─── Data to use

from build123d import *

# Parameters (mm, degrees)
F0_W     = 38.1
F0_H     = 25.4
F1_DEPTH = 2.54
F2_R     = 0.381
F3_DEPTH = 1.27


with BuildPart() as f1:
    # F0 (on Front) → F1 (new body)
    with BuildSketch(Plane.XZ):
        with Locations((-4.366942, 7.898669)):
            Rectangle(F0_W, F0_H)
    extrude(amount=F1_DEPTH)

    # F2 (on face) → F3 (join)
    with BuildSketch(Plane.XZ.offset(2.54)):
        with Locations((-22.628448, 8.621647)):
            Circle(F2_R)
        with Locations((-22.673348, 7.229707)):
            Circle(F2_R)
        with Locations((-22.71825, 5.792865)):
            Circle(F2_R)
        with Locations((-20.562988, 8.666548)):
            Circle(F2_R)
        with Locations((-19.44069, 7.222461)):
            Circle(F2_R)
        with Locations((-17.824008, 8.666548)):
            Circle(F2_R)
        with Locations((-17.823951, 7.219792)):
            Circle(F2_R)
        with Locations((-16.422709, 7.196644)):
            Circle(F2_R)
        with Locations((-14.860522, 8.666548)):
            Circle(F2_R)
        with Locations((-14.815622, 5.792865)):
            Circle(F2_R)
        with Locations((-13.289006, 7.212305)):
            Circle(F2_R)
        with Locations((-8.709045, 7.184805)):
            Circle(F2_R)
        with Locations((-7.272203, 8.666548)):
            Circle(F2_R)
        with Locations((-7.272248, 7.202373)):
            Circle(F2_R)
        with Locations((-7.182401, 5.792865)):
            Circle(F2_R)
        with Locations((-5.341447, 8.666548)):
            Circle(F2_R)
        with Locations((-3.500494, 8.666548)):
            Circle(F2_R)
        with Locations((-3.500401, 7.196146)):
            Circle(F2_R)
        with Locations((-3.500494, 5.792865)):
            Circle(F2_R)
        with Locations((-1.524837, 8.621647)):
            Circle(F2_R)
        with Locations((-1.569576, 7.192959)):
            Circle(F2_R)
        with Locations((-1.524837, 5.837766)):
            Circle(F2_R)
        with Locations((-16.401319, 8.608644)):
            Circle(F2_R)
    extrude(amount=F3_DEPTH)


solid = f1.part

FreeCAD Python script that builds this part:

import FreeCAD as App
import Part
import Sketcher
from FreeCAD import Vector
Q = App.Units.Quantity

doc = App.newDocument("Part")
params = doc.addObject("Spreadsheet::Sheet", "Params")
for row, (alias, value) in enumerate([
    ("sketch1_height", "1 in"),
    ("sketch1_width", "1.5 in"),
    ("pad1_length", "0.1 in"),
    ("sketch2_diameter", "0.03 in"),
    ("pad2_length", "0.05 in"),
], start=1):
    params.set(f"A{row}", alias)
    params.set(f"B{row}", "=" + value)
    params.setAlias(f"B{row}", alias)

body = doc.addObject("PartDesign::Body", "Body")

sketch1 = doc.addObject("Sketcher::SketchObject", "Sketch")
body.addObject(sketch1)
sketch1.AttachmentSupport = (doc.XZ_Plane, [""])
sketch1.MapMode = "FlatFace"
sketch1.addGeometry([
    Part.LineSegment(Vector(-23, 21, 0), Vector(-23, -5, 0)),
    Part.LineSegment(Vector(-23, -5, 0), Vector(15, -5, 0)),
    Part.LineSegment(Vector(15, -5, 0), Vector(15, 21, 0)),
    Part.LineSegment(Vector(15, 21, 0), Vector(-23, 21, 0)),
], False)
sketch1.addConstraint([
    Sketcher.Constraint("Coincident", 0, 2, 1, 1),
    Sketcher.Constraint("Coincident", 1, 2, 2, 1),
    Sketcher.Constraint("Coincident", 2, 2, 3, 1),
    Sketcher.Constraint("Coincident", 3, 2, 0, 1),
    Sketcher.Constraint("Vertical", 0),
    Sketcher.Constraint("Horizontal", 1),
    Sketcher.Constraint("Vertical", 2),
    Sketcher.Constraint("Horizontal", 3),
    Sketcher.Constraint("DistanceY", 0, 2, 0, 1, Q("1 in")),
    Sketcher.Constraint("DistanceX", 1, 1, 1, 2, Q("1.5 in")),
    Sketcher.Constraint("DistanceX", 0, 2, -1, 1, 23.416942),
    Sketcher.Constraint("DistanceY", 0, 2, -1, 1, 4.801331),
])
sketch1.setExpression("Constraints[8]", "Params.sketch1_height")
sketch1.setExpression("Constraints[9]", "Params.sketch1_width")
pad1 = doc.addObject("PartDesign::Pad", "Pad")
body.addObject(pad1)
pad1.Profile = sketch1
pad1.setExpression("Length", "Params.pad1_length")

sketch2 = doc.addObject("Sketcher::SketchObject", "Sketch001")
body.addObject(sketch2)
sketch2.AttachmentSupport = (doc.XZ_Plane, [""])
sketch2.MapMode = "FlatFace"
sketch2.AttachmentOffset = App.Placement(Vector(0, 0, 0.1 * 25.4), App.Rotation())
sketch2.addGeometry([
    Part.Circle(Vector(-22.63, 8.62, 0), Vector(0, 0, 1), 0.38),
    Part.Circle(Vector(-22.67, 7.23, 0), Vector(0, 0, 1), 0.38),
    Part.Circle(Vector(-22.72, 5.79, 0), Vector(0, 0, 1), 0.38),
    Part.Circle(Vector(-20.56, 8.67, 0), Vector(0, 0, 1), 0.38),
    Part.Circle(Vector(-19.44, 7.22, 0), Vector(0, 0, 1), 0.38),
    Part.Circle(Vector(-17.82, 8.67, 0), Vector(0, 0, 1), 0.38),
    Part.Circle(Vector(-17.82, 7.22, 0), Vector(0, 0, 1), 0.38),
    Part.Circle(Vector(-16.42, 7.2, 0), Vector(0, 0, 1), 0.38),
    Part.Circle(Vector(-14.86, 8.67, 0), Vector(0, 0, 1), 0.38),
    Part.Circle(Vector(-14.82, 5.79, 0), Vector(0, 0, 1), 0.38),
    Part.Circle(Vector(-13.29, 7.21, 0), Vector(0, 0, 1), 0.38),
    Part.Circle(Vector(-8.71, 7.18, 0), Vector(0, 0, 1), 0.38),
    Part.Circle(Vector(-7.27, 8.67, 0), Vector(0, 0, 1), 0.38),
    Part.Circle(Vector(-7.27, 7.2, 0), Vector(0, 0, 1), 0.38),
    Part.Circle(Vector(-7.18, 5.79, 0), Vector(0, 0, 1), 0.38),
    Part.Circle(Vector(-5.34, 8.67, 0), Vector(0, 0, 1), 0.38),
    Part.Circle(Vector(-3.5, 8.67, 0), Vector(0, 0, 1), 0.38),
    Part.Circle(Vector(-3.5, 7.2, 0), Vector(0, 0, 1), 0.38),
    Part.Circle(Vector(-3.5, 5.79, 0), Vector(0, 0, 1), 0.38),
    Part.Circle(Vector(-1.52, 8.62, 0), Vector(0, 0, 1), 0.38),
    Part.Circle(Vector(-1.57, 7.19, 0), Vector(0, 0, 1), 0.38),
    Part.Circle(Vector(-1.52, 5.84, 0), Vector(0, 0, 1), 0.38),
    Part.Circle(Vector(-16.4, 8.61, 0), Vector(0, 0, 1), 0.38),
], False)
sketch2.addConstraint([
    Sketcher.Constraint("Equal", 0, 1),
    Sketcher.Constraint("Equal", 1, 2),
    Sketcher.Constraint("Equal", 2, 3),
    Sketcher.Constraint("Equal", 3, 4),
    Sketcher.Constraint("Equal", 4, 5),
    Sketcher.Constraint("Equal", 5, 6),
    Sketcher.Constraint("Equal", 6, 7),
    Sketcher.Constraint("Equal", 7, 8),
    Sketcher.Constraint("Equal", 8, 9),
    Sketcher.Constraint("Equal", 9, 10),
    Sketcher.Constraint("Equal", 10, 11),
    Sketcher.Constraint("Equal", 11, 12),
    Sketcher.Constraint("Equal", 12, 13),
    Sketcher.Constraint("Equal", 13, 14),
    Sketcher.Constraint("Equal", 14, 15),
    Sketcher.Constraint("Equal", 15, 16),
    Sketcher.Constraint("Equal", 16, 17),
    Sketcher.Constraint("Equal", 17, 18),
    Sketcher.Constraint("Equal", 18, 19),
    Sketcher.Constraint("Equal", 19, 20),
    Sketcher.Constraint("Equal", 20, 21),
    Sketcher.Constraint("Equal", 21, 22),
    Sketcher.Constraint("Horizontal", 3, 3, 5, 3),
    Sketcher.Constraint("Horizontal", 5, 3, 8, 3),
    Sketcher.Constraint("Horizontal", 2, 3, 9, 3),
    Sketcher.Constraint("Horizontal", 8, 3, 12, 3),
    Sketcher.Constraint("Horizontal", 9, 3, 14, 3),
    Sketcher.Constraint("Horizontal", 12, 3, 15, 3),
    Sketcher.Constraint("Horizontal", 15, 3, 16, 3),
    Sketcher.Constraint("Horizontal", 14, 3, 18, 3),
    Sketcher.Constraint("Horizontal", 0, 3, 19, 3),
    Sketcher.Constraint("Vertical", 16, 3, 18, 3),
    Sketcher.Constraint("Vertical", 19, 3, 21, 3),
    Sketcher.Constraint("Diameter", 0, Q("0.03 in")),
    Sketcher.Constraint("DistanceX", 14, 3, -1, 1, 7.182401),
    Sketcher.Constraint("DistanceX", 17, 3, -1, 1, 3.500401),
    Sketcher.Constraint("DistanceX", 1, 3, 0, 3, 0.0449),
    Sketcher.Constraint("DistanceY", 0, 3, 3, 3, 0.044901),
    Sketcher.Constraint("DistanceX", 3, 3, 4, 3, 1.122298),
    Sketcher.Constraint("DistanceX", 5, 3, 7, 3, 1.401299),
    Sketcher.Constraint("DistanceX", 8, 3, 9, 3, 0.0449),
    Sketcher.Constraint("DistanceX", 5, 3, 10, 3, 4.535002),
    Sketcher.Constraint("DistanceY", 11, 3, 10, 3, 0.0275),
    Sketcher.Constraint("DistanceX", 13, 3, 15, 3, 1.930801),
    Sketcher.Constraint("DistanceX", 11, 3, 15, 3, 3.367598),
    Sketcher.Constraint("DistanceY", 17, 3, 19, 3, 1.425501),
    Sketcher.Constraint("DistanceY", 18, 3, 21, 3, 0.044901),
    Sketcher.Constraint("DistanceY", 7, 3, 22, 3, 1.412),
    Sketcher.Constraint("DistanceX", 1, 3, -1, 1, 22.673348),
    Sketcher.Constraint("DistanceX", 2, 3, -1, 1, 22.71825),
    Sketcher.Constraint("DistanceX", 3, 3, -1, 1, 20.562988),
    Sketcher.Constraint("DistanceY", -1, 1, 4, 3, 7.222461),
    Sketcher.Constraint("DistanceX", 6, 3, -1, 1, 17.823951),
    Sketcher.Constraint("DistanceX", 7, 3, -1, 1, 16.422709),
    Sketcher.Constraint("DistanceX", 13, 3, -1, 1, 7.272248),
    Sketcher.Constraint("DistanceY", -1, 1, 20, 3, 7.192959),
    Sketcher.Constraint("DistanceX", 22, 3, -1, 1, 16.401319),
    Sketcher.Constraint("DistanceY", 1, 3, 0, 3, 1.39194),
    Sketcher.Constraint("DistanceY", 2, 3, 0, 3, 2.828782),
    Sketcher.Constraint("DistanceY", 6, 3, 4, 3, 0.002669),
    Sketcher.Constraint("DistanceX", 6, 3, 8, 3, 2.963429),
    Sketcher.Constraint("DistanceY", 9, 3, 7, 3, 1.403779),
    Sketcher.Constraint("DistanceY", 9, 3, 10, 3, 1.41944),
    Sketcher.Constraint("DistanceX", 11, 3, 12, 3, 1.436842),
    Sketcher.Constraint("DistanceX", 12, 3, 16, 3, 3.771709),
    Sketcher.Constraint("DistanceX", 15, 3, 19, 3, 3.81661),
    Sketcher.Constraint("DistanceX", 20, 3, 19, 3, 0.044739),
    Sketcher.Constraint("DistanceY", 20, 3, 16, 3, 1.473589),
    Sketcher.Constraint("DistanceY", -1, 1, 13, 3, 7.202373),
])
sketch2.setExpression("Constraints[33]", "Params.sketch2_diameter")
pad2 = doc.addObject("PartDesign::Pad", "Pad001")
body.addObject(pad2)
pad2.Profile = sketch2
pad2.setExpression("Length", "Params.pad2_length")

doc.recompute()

──────
─── Data to use

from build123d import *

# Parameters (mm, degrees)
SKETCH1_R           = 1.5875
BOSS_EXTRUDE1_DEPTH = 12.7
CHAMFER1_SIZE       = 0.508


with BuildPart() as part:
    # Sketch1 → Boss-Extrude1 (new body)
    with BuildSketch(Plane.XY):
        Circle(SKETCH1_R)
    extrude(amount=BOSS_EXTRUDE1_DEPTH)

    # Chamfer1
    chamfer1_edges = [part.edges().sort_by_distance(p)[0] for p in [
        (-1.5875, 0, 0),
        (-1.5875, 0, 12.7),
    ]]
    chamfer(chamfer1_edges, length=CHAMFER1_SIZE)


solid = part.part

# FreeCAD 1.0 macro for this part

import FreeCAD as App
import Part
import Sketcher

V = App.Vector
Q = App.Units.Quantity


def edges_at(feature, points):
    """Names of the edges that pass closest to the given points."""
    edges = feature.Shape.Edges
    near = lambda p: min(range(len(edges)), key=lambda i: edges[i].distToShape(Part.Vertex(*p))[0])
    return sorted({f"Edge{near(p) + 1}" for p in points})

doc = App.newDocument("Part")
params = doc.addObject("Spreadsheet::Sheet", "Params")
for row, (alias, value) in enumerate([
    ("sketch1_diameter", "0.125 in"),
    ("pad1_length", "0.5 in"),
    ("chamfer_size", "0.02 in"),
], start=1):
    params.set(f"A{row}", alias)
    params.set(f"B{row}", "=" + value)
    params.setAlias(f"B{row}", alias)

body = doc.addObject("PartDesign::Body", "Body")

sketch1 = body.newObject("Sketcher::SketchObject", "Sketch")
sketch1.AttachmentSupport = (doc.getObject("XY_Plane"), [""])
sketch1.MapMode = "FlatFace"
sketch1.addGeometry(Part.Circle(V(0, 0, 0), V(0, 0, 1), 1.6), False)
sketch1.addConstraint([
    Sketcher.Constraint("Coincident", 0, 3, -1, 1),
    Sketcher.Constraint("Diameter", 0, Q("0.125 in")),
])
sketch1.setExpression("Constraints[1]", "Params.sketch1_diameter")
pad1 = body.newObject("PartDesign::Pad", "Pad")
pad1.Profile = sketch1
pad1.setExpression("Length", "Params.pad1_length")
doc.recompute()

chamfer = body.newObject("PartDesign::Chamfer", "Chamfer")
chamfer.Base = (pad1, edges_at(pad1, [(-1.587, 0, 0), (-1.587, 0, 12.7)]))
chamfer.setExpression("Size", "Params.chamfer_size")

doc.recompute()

──────

▶ Work request
Search the material above for the word "BuildSketch", then copy each line that holds it.

▶ Exercise response
    with BuildSketch(Plane.XZ):
    with BuildSketch(Plane.XZ.offset(2.54)):
    with BuildSketch(Plane.XY):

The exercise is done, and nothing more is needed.